Metadata: {'start_char': 2863, 'chunk_id': 8, 'end_char': 3354, 'source_file': '/export4/johannesm/pi_claude_sonnet4.5/example_data.txt'}
--------------------------------------------------------------------------------
[Rank 4] Score: 0.5877
Text: rithm achieves an acceptable level of performance. Unsupervised Learning Unsupervised learning is a type of machine learning that looks for previously undetected patterns in a dataset with no pre-exis...                                                                                                                                                                
Metadata: {'start_char': 2024, 'end_char': 2501, 'source_file': '/export4/johannesm/pi_claude_sonnet4.5/example_data.txt', 'chunk_id': 6}
--------------------------------------------------------------------------------
[Rank 5] Score: 0.4526
Text: s form a directed graph along a temporal sequence. This allows them to exhibit temporal dynamic behavior. Unlike feedforward neural networks, RNNs can use their internal state (memory) to process sequ...                                                                                                                                                                
Metadata: {'source_file': '/export4/johannesm/pi_claude_sonnet4.5/example_data.txt', 'start_char': 3304, 'end_char': 3816, 'chunk_id': 9}
--------------------------------------------------------------------------------

Perhaps, I have not been specific enough in my query and/or I am expecting models to be more smart than they are.

kimi code

With kimi code, I had the same code generated by pi+kimi. So, you can refer to that.

This confirmed that kimi code uses kimi-k2.5 and is pretty reproducible.

However, I noticed that with kimi code, one is not able to choose the kimi model to use for coding. This is possible with the setup pi+kimi. I could switch from kimi-k2.5 to kimi-k2-thinking from pi.

Final take

kimi-k2.5 is very capable at generating code for GN. It might just need more iterations and reviews than what's needed for Claude Sonnet 4.5. For example, can give follow-up prompts to make kimi produce a better project structure.

For complex coding tasks, Claude Sonnet 4.5 will probably be best.

It's safer to not expect either models to be as smart as programmers and take care of all aspects to satisfaction.
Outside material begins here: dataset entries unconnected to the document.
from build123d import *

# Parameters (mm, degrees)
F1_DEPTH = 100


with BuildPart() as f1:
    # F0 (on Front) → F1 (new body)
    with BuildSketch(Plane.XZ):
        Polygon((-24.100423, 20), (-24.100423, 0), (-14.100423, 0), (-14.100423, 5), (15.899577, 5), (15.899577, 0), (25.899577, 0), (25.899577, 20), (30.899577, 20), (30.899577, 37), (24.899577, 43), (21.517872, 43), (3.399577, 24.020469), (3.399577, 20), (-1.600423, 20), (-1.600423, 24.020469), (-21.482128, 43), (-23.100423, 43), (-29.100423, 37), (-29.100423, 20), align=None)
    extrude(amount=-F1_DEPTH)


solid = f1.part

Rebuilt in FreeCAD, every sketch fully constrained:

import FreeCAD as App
import Part
import Sketcher
Q = App.Units.Quantity

doc = App.newDocument("Part")
params = doc.addObject("Spreadsheet::Sheet", "Params")
for row, (alias, value) in enumerate([
    ("sketch1_width", "10 mm"),
    ("sketch1_width2", "30 mm"),
    ("sketch1_width3", "5 mm"),
    ("sketch1_height", "20 mm"),
    ("sketch1_height2", "17 mm"),
    ("pad1_length", "100 mm"),
], start=1):
    params.set(f"A{row}", alias)
    params.set(f"B{row}", "=" + value)
    params.setAlias(f"B{row}", alias)

body = doc.addObject("PartDesign::Body", "Body")

# Sketch on XZ plane
sketch1 = body.newObject("Sketcher::SketchObject", "Sketch")
sketch1.AttachmentSupport = (doc.getObject("XZ_Plane"), [""])
sketch1.MapMode = "FlatFace"
sketch1.addGeometry(Part.LineSegment(App.Vector(-24.1, 20, 0), App.Vector(-24.1, 0, 0)), False)
sketch1.addGeometry(Part.LineSegment(App.Vector(-24.1, 0, 0), App.Vector(-14.1, 0, 0)), False)
sketch1.addGeometry(Part.LineSegment(App.Vector(-14.1, 0, 0), App.Vector(-14.1, 5, 0)), False)
sketch1.addGeometry(Part.LineSegment(App.Vector(-14.1, 5, 0), App.Vector(15.9, 5, 0)), False)
sketch1.addGeometry(Part.LineSegment(App.Vector(15.9, 5, 0), App.Vector(15.9, 0, 0)), False)
sketch1.addGeometry(Part.LineSegment(App.Vector(15.9, 0, 0), App.Vector(25.9, 0, 0)), False)
sketch1.addGeometry(Part.LineSegment(App.Vector(25.9, 0, 0), App.Vector(25.9, 20, 0)), False)
sketch1.addGeometry(Part.LineSegment(App.Vector(25.9, 20, 0), App.Vector(30.9, 20, 0)), False)
sketch1.addGeometry(Part.LineSegment(App.Vector(30.9, 20, 0), App.Vector(30.9, 37, 0)), False)
sketch1.addGeometry(Part.LineSegment(App.Vector(30.9, 37, 0), App.Vector(24.9, 43, 0)), False)
sketch1.addGeometry(Part.LineSegment(App.Vector(24.9, 43, 0), App.Vector(21.5, 43, 0)), False)
sketch1.addGeometry(Part.LineSegment(App.Vector(21.5, 43, 0), App.Vector(3.4, 24, 0)), False)
sketch1.addGeometry(Part.LineSegment(App.Vector(3.4, 24, 0), App.Vector(3.4, 20, 0)), False)
sketch1.addGeometry(Part.LineSegment(App.Vector(3.4, 20, 0), App.Vector(-1.6, 20, 0)), False)
sketch1.addGeometry(Part.LineSegment(App.Vector(-1.6, 20, 0), App.Vector(-1.6, 24, 0)), False)
sketch1.addGeometry(Part.LineSegment(App.Vector(-1.6, 24, 0), App.Vector(-21.5, 43, 0)), False)
sketch1.addGeometry(Part.LineSegment(App.Vector(-21.5, 43, 0), App.Vector(-23.1, 43, 0)), False)
sketch1.addGeometry(Part.LineSegment(App.Vector(-23.1, 43, 0), App.Vector(-29.1, 37, 0)), False)
sketch1.addGeometry(Part.LineSegment(App.Vector(-29.1, 37, 0), App.Vector(-29.1, 20, 0)), False)
sketch1.addGeometry(Part.LineSegment(App.Vector(-29.1, 20, 0), App.Vector(-24.1, 20, 0)), False)
sketch1.addConstraint(Sketcher.Constraint("Coincident", 0, 2, 1, 1))
sketch1.addConstraint(Sketcher.Constraint("Coincident", 1, 2, 2, 1))
sketch1.addConstraint(Sketcher.Constraint("Coincident", 2, 2, 3, 1))
sketch1.addConstraint(Sketcher.Constraint("Coincident", 3, 2, 4, 1))
sketch1.addConstraint(Sketcher.Constraint("Coincident", 4, 2, 5, 1))
sketch1.addConstraint(Sketcher.Constraint("Coincident", 5, 2, 6, 1))
sketch1.addConstraint(Sketcher.Constraint("Coincident", 6, 2, 7, 1))
sketch1.addConstraint(Sketcher.Constraint("Coincident", 7, 2, 8, 1))
sketch1.addConstraint(Sketcher.Constraint("Coincident", 8, 2, 9, 1))
sketch1.addConstraint(Sketcher.Constraint("Coincident", 9, 2, 10, 1))
sketch1.addConstraint(Sketcher.Constraint("Coincident", 10, 2, 11, 1))
sketch1.addConstraint(Sketcher.Constraint("Coincident", 11, 2, 12, 1))
sketch1.addConstraint(Sketcher.Constraint("Coincident", 12, 2, 13, 1))
sketch1.addConstraint(Sketcher.Constraint("Coincident", 13, 2, 14, 1))
sketch1.addConstraint(Sketcher.Constraint("Coincident", 14, 2, 15, 1))
sketch1.addConstraint(Sketcher.Constraint("Coincident", 15, 2, 16, 1))
sketch1.addConstraint(Sketcher.Constraint("Coincident", 16, 2, 17, 1))
sketch1.addConstraint(Sketcher.Constraint("Coincident", 17, 2, 18, 1))
sketch1.addConstraint(Sketcher.Constraint("Coincident", 18, 2, 19, 1))
sketch1.addConstraint(Sketcher.Constraint("Coincident", 19, 2, 0, 1))
sketch1.addConstraint(Sketcher.Constraint("Vertical", 0))
sketch1.addConstraint(Sketcher.Constraint("Horizontal", 1))
sketch1.addConstraint(Sketcher.Constraint("Vertical", 2))
sketch1.addConstraint(Sketcher.Constraint("Horizontal", 3))
sketch1.addConstraint(Sketcher.Constraint("Vertical", 4))
sketch1.addConstraint(Sketcher.Constraint("Horizontal", 5))
sketch1.addConstraint(Sketcher.Constraint("Vertical", 6))
sketch1.addConstraint(Sketcher.Constraint("Horizontal", 7))
sketch1.addConstraint(Sketcher.Constraint("Vertical", 8))
sketch1.addConstraint(Sketcher.Constraint("Horizontal", 10))
sketch1.addConstraint(Sketcher.Constraint("Vertical", 12))
sketch1.addConstraint(Sketcher.Constraint("Horizontal", 13))
sketch1.addConstraint(Sketcher.Constraint("Vertical", 14))
sketch1.addConstraint(Sketcher.Constraint("Horizontal", 16))
sketch1.addConstraint(Sketcher.Constraint("Vertical", 18))
sketch1.addConstraint(Sketcher.Constraint("Horizontal", 19))
sketch1.addConstraint(Sketcher.Constraint("PointOnObject", 0, 2, -1))
sketch1.addConstraint(Sketcher.Constraint("PointOnObject", 4, 2, -1))
sketch1.addConstraint(Sketcher.Constraint("Perpendicular", 11, 15))
sketch1.addConstraint(Sketcher.Constraint("Perpendicular", 9, 17))
sketch1.addConstraint(Sketcher.Constraint("Horizontal", 7, 2, 12, 2))
sketch1.addConstraint(Sketcher.Constraint("Horizontal", 11, 2, 14, 2))
sketch1.addConstraint(Sketcher.Constraint("Horizontal", 10, 2, 15, 2))
sketch1.addConstraint(Sketcher.Constraint("Horizontal", 8, 2, 17, 2))
sketch1.addConstraint(Sketcher.Constraint("Horizontal", 13, 2, 18, 2))
sketch1.addConstraint(Sketcher.Constraint("Equal", 1, 5))
sketch1.addConstraint(Sketcher.Constraint("Equal", 7, 13))
sketch1.addConstraint(Sketcher.Constraint("Equal", 13, 19))
sketch1.addConstraint(Sketcher.Constraint("Equal", 19, 2))
sketch1.addConstraint(Sketcher.Constraint("Equal", 9, 17))
sketch1.addConstraint(Sketcher.Constraint("DistanceX", 1, 1, 1, 2, Q("10 mm")))
sketch1.addConstraint(Sketcher.Constraint("DistanceX", 3, 1, 3, 2, Q("30 mm")))
sketch1.addConstraint(Sketcher.Constraint("DistanceX", 7, 1, 7, 2, Q("5 mm")))
sketch1.addConstraint(Sketcher.Constraint("DistanceY", 0, 2, 0, 1, Q("20 mm")))
sketch1.addConstraint(Sketcher.Constraint("DistanceY", 8, 1, 8, 2, Q("17 mm")))
sketch1.addConstraint(Sketcher.Constraint("DistanceY", -1, 1, 9, 2, Q("43 mm")))
sketch1.addConstraint(Sketcher.Constraint("DistanceX", 11, 2, 3, 2, Q("12.5 mm")))
sketch1.addConstraint(Sketcher.Constraint("DistanceY", 12, 2, 12, 1, Q("4.020469 mm")))
sketch1.addConstraint(Sketcher.Constraint("DistanceX", 10, 2, 10, 1, Q("3.381705 mm")))
sketch1.addConstraint(Sketcher.Constraint("DistanceX", 0, 2, -1, 1, Q("24.100423 mm")))
sketch1.setExpression("Constraints[50]", "Params.sketch1_width")
sketch1.setExpression("Constraints[51]", "Params.sketch1_width2")
sketch1.setExpression("Constraints[52]", "Params.sketch1_width3")
sketch1.setExpression("Constraints[53]", "Params.sketch1_height")
sketch1.setExpression("Constraints[54]", "Params.sketch1_height2")
pad1 = body.newObject("PartDesign::Pad", "Pad")
pad1.Profile = sketch1
pad1.setExpression("Length", "Params.pad1_length")
pad1.Reversed = True

doc.recompute()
In this experiment, they both failed to generate useful final synthesis to the user of the RAG. That means the prompt needs to be very specific and detailed to not let the coding agent for example the choice to write whole logic from scratch for example.

Using the pi setup instead of kimi code or even claude code is more advantageous. Generation of pi+kimi-k2.5 and kimi code are the same and with pi, one can easily switch between different kimi models or even providers (i.e kimi to claude). I personally liked the pi interface better; it's more informative and very extensible.